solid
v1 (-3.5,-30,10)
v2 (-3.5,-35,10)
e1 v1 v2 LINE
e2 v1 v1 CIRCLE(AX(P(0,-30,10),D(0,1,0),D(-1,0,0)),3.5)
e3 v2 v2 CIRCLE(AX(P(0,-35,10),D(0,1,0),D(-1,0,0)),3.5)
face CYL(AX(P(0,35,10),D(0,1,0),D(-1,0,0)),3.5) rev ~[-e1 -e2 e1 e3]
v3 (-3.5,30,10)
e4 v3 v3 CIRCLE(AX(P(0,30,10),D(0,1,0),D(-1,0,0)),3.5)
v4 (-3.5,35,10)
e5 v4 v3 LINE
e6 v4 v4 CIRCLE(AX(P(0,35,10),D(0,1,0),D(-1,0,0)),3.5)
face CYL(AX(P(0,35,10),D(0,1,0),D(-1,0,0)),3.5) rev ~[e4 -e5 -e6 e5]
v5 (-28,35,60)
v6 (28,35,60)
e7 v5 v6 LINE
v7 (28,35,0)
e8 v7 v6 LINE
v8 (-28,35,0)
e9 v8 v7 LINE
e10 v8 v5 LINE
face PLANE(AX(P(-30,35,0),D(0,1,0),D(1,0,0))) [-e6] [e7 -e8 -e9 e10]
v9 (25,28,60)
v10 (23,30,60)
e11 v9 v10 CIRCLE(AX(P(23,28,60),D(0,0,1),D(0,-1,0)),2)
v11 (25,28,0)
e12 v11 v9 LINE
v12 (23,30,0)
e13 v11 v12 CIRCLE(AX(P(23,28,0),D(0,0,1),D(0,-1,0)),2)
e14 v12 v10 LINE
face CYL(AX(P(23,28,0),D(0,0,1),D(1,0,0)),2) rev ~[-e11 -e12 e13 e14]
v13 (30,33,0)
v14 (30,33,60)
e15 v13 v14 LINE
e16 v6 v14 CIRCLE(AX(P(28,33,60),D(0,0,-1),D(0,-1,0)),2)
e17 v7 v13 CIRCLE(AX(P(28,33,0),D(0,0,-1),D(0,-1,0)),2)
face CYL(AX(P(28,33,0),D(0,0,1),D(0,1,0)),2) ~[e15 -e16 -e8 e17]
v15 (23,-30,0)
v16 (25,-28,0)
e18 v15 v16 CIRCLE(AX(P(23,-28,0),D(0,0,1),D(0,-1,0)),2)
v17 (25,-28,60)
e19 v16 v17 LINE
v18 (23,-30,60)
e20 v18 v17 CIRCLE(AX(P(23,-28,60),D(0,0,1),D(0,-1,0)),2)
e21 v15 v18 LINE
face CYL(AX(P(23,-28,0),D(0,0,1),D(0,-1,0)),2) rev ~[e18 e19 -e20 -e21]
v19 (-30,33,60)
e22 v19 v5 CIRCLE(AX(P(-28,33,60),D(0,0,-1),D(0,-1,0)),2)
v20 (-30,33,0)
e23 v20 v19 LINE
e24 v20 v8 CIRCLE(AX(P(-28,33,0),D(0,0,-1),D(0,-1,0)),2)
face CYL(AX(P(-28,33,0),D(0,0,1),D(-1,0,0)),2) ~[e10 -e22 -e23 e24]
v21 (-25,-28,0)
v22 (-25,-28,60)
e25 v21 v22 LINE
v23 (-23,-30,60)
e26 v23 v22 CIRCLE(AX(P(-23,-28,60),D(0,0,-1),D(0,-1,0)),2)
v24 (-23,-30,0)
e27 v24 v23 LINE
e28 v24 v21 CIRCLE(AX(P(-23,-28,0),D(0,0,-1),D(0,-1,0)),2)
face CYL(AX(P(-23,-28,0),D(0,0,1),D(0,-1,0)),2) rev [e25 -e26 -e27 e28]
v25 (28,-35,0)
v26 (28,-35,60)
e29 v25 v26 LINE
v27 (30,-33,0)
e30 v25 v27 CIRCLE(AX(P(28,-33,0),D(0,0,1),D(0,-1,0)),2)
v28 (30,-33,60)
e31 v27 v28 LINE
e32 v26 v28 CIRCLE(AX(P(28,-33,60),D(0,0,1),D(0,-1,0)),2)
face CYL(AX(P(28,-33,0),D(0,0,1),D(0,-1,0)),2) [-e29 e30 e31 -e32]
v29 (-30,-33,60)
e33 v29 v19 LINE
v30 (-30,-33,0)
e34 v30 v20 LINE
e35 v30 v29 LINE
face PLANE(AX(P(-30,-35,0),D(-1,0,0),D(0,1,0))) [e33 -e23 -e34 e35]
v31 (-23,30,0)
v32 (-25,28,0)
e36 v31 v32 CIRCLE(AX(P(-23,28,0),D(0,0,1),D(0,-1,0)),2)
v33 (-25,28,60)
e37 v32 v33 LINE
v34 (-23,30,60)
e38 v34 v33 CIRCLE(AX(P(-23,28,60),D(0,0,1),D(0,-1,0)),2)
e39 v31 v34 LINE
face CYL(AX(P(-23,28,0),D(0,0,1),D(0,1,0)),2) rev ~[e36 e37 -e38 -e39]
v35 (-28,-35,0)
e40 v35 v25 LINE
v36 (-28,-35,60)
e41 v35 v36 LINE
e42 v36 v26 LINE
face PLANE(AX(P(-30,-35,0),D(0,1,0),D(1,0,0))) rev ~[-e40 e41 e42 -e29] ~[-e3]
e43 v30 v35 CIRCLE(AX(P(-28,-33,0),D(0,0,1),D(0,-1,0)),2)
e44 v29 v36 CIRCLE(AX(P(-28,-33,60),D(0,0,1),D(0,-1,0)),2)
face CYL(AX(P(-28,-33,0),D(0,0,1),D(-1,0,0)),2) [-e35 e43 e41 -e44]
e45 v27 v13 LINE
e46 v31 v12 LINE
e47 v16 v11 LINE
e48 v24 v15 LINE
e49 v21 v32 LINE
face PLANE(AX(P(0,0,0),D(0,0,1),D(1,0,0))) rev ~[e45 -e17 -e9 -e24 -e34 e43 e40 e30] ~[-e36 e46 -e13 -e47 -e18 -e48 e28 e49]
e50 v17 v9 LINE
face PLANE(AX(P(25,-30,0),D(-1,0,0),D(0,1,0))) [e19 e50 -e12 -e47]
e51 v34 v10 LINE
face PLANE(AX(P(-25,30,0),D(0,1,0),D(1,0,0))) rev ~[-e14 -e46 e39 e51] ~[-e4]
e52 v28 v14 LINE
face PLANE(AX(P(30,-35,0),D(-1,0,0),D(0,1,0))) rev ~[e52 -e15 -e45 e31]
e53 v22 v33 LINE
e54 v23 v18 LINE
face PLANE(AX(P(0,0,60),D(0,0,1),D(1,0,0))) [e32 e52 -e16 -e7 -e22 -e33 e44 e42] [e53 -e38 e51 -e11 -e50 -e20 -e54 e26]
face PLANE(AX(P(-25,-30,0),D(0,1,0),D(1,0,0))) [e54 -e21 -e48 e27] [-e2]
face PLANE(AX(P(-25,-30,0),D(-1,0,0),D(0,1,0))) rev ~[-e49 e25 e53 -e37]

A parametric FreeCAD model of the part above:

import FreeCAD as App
import Part
import Sketcher


def edges_at(feature, points):
    """Names of the edges that pass closest to the given points."""
    edges = feature.Shape.Edges
    near = lambda p: min(range(len(edges)), key=lambda i: edges[i].distToShape(Part.Vertex(*p))[0])
    return sorted({f"Edge{near(p) + 1}" for p in points})


def add_polygon(sketch, points):
    """Adds a closed chain of lines whose ends are joined by coincident constraints."""
    first, n = sketch.GeometryCount, len(points)
    for a, b in zip(points, points[1:] + points[:1]):
        sketch.addGeometry(Part.LineSegment(App.Vector(*a, 0), App.Vector(*b, 0)), False)
    for i in range(n):
        sketch.addConstraint(Sketcher.Constraint("Coincident", first + i, 2, first + (i + 1) % n, 1))

doc = App.newDocument("Part")
body = doc.addObject("PartDesign::Body", "Body")

sketch1 = doc.addObject("Sketcher::SketchObject", "Sketch")
body.addObject(sketch1)
sketch1.AttachmentSupport = (doc.XY_Plane, [""])
sketch1.MapMode = "FlatFace"
add_polygon(sketch1, [(-30, 35), (-30, -35), (30, -35), (30, 35)])
add_polygon(sketch1, [(25, -30), (-25, -30), (-25, 30), (25, 30)])
sketch1.addConstraint([
    Sketcher.Constraint("Vertical", 0),
    Sketcher.Constraint("Horizontal", 1),
    Sketcher.Constraint("Vertical", 2),
    Sketcher.Constraint("Horizontal", 3),
    Sketcher.Constraint("Horizontal", 4),
    Sketcher.Constraint("Vertical", 5),
    Sketcher.Constraint("Horizontal", 6),
    Sketcher.Constraint("Vertical", 7),
    Sketcher.Constraint("Symmetric", 0, 2, 2, 2, -1, 1),
    Sketcher.Constraint("Symmetric", 4, 2, 6, 2, -1, 1),
    Sketcher.Constraint("Equal", 3, 5),
    Sketcher.Constraint("DistanceX", 1, 1, 1, 2, 60.0),
    Sketcher.Constraint("DistanceX", 4, 2, 4, 1, 50.0),
    Sketcher.Constraint("DistanceY", 0, 2, 0, 1, 70.0),
])
pad1 = doc.addObject("PartDesign::Pad", "Pad")
body.addObject(pad1)
pad1.Profile = sketch1
pad1.Length = 60
doc.recompute()

fillet = doc.addObject("PartDesign::Fillet", "Fillet")
body.addObject(fillet)
fillet.Base = (pad1, edges_at(pad1, [
    (-30, 35, 30),
    (30, 35, 30),
    (30, -35, 30),
    (-30, -35, 30),
    (-25, 30, 30),
    (25, 30, 30),
    (25, -30, 30),
    (-25, -30, 30),
]))
fillet.Radius = 2

sketch2 = doc.addObject("Sketcher::SketchObject", "Sketch001")
body.addObject(sketch2)
sketch2.AttachmentSupport = (doc.XZ_Plane, [""])
sketch2.MapMode = "FlatFace"
sketch2.AttachmentOffset = App.Placement(App.Vector(0, 0, -35), App.Rotation())
sketch2.addGeometry(Part.Circle(App.Vector(0, 10, 0), App.Vector(0, 0, 1), 3.5), False)
sketch2.addConstraint([
    Sketcher.Constraint("PointOnObject", 0, 3, -2),
    Sketcher.Constraint("Diameter", 0, 7.0),
    Sketcher.Constraint("DistanceY", -1, 1, 0, 3, 10.0),
])
pocket1 = doc.addObject("PartDesign::Pocket", "Pocket")
body.addObject(pocket1)
pocket1.Profile = sketch2
pocket1.Length = 70
pocket1.Reversed = True

doc.recompute()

▸ **Problem to solve**: Retype only this portion of the data above: the line containing "v34 (-23,30,60)", the line containing "e50 v17 v9 LINE", and all lines between them, exactly.

▸ **Exercise result**:
v34 (-23,30,60)
e38 v34 v33 CIRCLE(AX(P(-23,28,60),D(0,0,1),D(0,-1,0)),2)
e39 v31 v34 LINE
face CYL(AX(P(-23,28,0),D(0,0,1),D(0,1,0)),2) rev ~[e36 e37 -e38 -e39]
v35 (-28,-35,0)
e40 v35 v25 LINE
v36 (-28,-35,60)
e41 v35 v36 LINE
e42 v36 v26 LINE
face PLANE(AX(P(-30,-35,0),D(0,1,0),D(1,0,0))) rev ~[-e40 e41 e42 -e29] ~[-e3]
e43 v30 v35 CIRCLE(AX(P(-28,-33,0),D(0,0,1),D(0,-1,0)),2)
e44 v29 v36 CIRCLE(AX(P(-28,-33,60),D(0,0,1),D(0,-1,0)),2)
face CYL(AX(P(-28,-33,0),D(0,0,1),D(-1,0,0)),2) [-e35 e43 e41 -e44]
e45 v27 v13 LINE
e46 v31 v12 LINE
e47 v16 v11 LINE
e48 v24 v15 LINE
e49 v21 v32 LINE
face PLANE(AX(P(0,0,0),D(0,0,1),D(1,0,0))) rev ~[e45 -e17 -e9 -e24 -e34 e43 e40 e30] ~[-e36 e46 -e13 -e47 -e18 -e48 e28 e49]
e50 v17 v9 LINE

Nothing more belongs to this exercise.